John Grugan, a partner in Ballard's Philadelphia office whose practice focuses on securities litigation, said the changes will not affect the way underwriters analyze what to self-report. Grugan agreed that the change provides little help for potential MCDC participants.

"I think it's a very marginal benefit," he said.

Grugan has cautioned that SEC examinations under the MCDC could easily transform into other enforcement actions, and said potential self-reporters can still face "pretty significant consequences," by voluntarily disclosing past violations.
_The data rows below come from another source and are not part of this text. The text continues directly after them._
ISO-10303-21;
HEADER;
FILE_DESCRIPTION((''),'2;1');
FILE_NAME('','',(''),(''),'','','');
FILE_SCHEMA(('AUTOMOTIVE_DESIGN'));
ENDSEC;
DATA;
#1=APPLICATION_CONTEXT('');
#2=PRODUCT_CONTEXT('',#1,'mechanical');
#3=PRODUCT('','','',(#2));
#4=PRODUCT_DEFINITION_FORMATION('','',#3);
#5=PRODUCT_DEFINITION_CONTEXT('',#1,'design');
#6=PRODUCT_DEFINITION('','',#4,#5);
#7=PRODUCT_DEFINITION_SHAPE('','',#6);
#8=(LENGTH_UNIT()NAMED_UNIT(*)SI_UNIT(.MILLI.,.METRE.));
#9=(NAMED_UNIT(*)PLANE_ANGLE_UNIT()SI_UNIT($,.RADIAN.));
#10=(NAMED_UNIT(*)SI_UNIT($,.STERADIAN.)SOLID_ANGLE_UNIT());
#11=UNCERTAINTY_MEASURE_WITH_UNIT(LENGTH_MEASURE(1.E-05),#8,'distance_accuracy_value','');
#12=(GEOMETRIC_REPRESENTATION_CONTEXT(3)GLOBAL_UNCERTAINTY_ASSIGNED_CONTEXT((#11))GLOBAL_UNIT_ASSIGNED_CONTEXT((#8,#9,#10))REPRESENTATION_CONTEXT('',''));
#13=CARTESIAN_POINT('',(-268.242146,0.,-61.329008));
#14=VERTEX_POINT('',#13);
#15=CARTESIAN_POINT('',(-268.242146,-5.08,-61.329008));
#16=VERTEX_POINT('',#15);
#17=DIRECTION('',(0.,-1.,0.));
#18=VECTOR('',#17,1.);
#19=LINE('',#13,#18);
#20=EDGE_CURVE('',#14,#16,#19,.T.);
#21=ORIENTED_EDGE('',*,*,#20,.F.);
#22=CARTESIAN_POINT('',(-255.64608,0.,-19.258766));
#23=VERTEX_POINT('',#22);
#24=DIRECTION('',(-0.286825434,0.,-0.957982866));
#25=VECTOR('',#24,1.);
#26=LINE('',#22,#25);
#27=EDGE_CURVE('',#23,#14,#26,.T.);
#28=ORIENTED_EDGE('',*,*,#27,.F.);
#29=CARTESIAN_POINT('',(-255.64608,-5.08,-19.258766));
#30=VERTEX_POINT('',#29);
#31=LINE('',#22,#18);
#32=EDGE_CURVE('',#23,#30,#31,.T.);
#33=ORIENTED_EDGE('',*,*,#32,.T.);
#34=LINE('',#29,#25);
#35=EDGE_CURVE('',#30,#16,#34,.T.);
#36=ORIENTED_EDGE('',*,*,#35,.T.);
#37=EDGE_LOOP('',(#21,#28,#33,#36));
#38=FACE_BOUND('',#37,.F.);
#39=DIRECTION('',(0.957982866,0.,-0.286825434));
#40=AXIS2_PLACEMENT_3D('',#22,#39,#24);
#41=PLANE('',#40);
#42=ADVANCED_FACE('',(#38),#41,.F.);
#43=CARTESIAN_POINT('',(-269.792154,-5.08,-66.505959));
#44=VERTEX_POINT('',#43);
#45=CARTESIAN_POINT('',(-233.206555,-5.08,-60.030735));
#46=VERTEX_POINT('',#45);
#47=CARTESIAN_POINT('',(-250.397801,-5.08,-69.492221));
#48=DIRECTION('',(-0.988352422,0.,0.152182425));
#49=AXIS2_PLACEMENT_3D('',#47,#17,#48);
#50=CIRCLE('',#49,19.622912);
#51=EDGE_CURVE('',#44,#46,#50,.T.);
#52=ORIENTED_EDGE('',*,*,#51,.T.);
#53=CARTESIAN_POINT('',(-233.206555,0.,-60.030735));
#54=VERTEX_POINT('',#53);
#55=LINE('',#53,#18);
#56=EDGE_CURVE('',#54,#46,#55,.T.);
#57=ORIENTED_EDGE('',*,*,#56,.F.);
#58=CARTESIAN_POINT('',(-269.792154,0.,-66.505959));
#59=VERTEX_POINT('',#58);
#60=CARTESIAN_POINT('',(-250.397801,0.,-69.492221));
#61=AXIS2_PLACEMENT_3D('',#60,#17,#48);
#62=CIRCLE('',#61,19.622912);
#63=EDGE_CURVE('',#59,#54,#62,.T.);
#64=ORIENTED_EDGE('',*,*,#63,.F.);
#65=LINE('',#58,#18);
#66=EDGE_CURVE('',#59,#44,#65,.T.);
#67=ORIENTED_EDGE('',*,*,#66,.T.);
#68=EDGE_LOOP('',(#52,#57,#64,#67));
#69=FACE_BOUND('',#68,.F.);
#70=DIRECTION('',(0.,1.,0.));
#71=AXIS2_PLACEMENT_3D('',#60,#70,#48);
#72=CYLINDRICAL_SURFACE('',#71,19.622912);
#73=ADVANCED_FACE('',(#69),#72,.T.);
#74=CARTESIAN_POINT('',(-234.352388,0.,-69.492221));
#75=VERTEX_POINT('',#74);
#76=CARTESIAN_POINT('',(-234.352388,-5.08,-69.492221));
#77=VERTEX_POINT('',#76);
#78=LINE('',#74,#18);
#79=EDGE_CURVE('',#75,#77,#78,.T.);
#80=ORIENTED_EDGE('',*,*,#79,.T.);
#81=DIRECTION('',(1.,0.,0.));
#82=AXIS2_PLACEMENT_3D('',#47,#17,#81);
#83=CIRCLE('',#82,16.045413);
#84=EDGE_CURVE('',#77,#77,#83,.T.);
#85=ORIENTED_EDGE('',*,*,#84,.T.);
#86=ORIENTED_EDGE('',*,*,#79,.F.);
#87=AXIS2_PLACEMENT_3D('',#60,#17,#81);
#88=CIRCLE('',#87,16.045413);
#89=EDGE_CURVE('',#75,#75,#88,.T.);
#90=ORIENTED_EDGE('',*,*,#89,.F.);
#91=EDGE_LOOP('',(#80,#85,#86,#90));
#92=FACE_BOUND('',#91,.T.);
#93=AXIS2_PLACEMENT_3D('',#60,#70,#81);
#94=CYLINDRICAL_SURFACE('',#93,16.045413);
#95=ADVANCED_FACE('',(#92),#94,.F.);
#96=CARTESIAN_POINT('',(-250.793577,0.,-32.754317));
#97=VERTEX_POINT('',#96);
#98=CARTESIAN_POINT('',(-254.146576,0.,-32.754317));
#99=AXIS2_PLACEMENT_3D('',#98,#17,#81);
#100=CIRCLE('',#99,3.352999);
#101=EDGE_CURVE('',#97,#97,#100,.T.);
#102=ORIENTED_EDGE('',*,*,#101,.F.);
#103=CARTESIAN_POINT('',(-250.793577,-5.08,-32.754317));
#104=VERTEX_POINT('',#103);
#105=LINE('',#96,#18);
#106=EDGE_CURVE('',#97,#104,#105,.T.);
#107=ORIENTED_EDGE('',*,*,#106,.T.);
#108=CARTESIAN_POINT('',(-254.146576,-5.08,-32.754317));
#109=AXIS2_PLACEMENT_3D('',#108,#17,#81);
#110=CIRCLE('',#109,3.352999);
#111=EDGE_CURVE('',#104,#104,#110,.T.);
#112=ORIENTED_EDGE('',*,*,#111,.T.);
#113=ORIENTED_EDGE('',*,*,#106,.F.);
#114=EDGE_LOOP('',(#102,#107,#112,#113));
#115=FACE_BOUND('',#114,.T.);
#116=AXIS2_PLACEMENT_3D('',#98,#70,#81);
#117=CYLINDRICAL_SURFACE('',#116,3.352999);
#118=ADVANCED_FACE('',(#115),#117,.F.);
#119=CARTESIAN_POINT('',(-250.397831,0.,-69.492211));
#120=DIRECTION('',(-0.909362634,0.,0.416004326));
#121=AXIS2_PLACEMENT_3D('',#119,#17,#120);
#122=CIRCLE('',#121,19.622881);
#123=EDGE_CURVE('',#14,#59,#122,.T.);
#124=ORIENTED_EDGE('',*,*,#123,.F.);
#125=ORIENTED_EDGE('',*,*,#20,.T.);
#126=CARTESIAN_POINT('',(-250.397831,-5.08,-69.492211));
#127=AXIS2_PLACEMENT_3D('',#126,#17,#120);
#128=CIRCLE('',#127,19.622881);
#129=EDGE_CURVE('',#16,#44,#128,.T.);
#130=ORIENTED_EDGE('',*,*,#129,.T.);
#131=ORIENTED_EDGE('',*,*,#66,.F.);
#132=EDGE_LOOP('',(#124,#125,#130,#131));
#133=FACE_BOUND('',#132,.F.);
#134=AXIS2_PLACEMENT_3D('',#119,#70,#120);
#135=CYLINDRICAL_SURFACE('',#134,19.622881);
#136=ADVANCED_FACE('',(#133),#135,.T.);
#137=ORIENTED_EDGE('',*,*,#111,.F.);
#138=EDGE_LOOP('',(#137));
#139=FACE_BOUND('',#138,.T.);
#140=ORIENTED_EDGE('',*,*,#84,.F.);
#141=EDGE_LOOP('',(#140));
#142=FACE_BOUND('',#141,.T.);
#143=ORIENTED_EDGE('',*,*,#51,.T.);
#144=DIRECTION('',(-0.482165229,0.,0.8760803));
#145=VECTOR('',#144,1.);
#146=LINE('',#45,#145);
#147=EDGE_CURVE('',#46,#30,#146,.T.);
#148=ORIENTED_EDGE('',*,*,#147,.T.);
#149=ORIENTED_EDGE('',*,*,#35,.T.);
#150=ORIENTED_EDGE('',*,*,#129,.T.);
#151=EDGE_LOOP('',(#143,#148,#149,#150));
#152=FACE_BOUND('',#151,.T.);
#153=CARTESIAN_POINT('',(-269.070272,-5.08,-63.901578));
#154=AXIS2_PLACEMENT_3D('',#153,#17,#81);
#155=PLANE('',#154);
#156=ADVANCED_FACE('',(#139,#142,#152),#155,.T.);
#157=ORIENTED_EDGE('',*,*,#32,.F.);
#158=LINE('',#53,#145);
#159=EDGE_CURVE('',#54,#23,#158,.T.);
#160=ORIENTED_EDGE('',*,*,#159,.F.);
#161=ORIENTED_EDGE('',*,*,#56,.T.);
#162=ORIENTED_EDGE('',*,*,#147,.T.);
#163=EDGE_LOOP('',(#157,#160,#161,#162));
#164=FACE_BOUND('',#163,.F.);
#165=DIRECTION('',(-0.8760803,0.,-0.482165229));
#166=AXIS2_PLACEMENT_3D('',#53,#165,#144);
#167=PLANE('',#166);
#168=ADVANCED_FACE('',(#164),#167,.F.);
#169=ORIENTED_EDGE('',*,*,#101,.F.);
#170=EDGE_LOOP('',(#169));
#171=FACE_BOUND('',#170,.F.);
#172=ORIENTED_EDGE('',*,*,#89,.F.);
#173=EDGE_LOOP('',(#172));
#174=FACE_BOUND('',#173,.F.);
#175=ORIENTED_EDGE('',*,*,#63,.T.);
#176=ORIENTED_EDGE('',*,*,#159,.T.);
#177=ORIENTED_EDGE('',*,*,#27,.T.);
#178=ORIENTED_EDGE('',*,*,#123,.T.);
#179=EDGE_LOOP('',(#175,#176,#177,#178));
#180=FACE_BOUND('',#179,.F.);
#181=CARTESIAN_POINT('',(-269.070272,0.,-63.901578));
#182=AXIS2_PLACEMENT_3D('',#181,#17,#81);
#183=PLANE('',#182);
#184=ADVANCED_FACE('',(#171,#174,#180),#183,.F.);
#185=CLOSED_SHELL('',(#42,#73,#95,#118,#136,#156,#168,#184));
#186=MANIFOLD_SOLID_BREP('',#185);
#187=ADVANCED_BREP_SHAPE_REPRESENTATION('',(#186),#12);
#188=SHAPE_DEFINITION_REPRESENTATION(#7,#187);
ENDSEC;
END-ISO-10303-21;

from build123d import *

# Parameters (mm, degrees)
F0_R     = 16.045413
F0_R_2   = 3.352999
F1_DEPTH = 5.08


with BuildPart() as f1:
    # F0 (on Front) → F1 (new body)
    with BuildSketch(Plane.XZ):
        with BuildLine():
            Line((-269.792154, -66.505959), (-268.242146, -61.329008))
            ThreePointArc((-268.242146, -61.329008), (-269.196215, -63.86387), (-269.792154, -66.505959))
        make_face()
        with BuildLine():
            Line((-255.64608, -19.258766), (-268.242146, -61.329008))
            Line((-268.242146, -61.329008), (-269.792154, -66.505959))
            ThreePointArc((-269.792154, -66.505959), (-246.977926, -88.814828), (-233.206555, -60.030735))
            Line((-233.206555, -60.030735), (-255.64608, -19.258766))
        make_face()
        with Locations((-250.397801, -69.492221)):
            Circle(F0_R, mode=Mode.SUBTRACT)
        with Locations((-254.146576, -32.754317)):
            Circle(F0_R_2, mode=Mode.SUBTRACT)
    extrude(amount=F1_DEPTH)


solid = f1.part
Ballard issued a client alert pointing out that it is not clear whether issuers and borrowers will benefit from any cease and desist orders announced against underwriters prior to their new self-reporting deadline. The SEC, in its lone MCDC case to date, that charged Kings Canyon Joint Unified School District with misleading bond investors in a 2010 deal, frustrated some attorneys by not disclosing which missed filings resulted in the cease and desist order.

Ben Watkins, chairman of the Government Finance Officers Association's debt committee and Florida's bond finance director, said the issuer deadline extension is helpful but the failure to extend it for underwriters will result in erroneous reports. Watkins said it is "an extremely heavy lift" for underwriters to go through all their deals before the deadline, and their strong incentive to report will result in errors. Watkins said GFOA is still advising issuers to let underwriters comb the deals and then make a determination with the help of counsel about how to proceed.

Watkins added that it is helpful for the SEC to acknowledge the difficulty of searching the old Nationally Recognized Municipal Securities Information Repository [NRMSIR] system which pre-dated EMMA. The SEC said participants "may use reasonably available sources of information to make good faith efforts to identify potential violations" pre-EMMA.

John McNally, a partner at Hawkins Delafield & Wood in Washington, said the extension for issuers is welcome but that underwriting firms have much more review work to do, perhaps exceeding 1,000 official statements.

"So while some delay for issuers beyond the underwriter deadline is appropriate, it would be good to have seen a three- to six-month extension for the underwriters," he said.

Jessica Giroux, senior counsel and senior vice president for federal regulatory policy at Bond Dealers of America, said the change "strains the relationship" between issuers and underwriters, because underwriters cannot be sure what issuers might do in the months after the underwriter deadline. Although that is a concern, BDA is encouraged that a change was made.

"They responded to the industry," Giroux said. "That means something."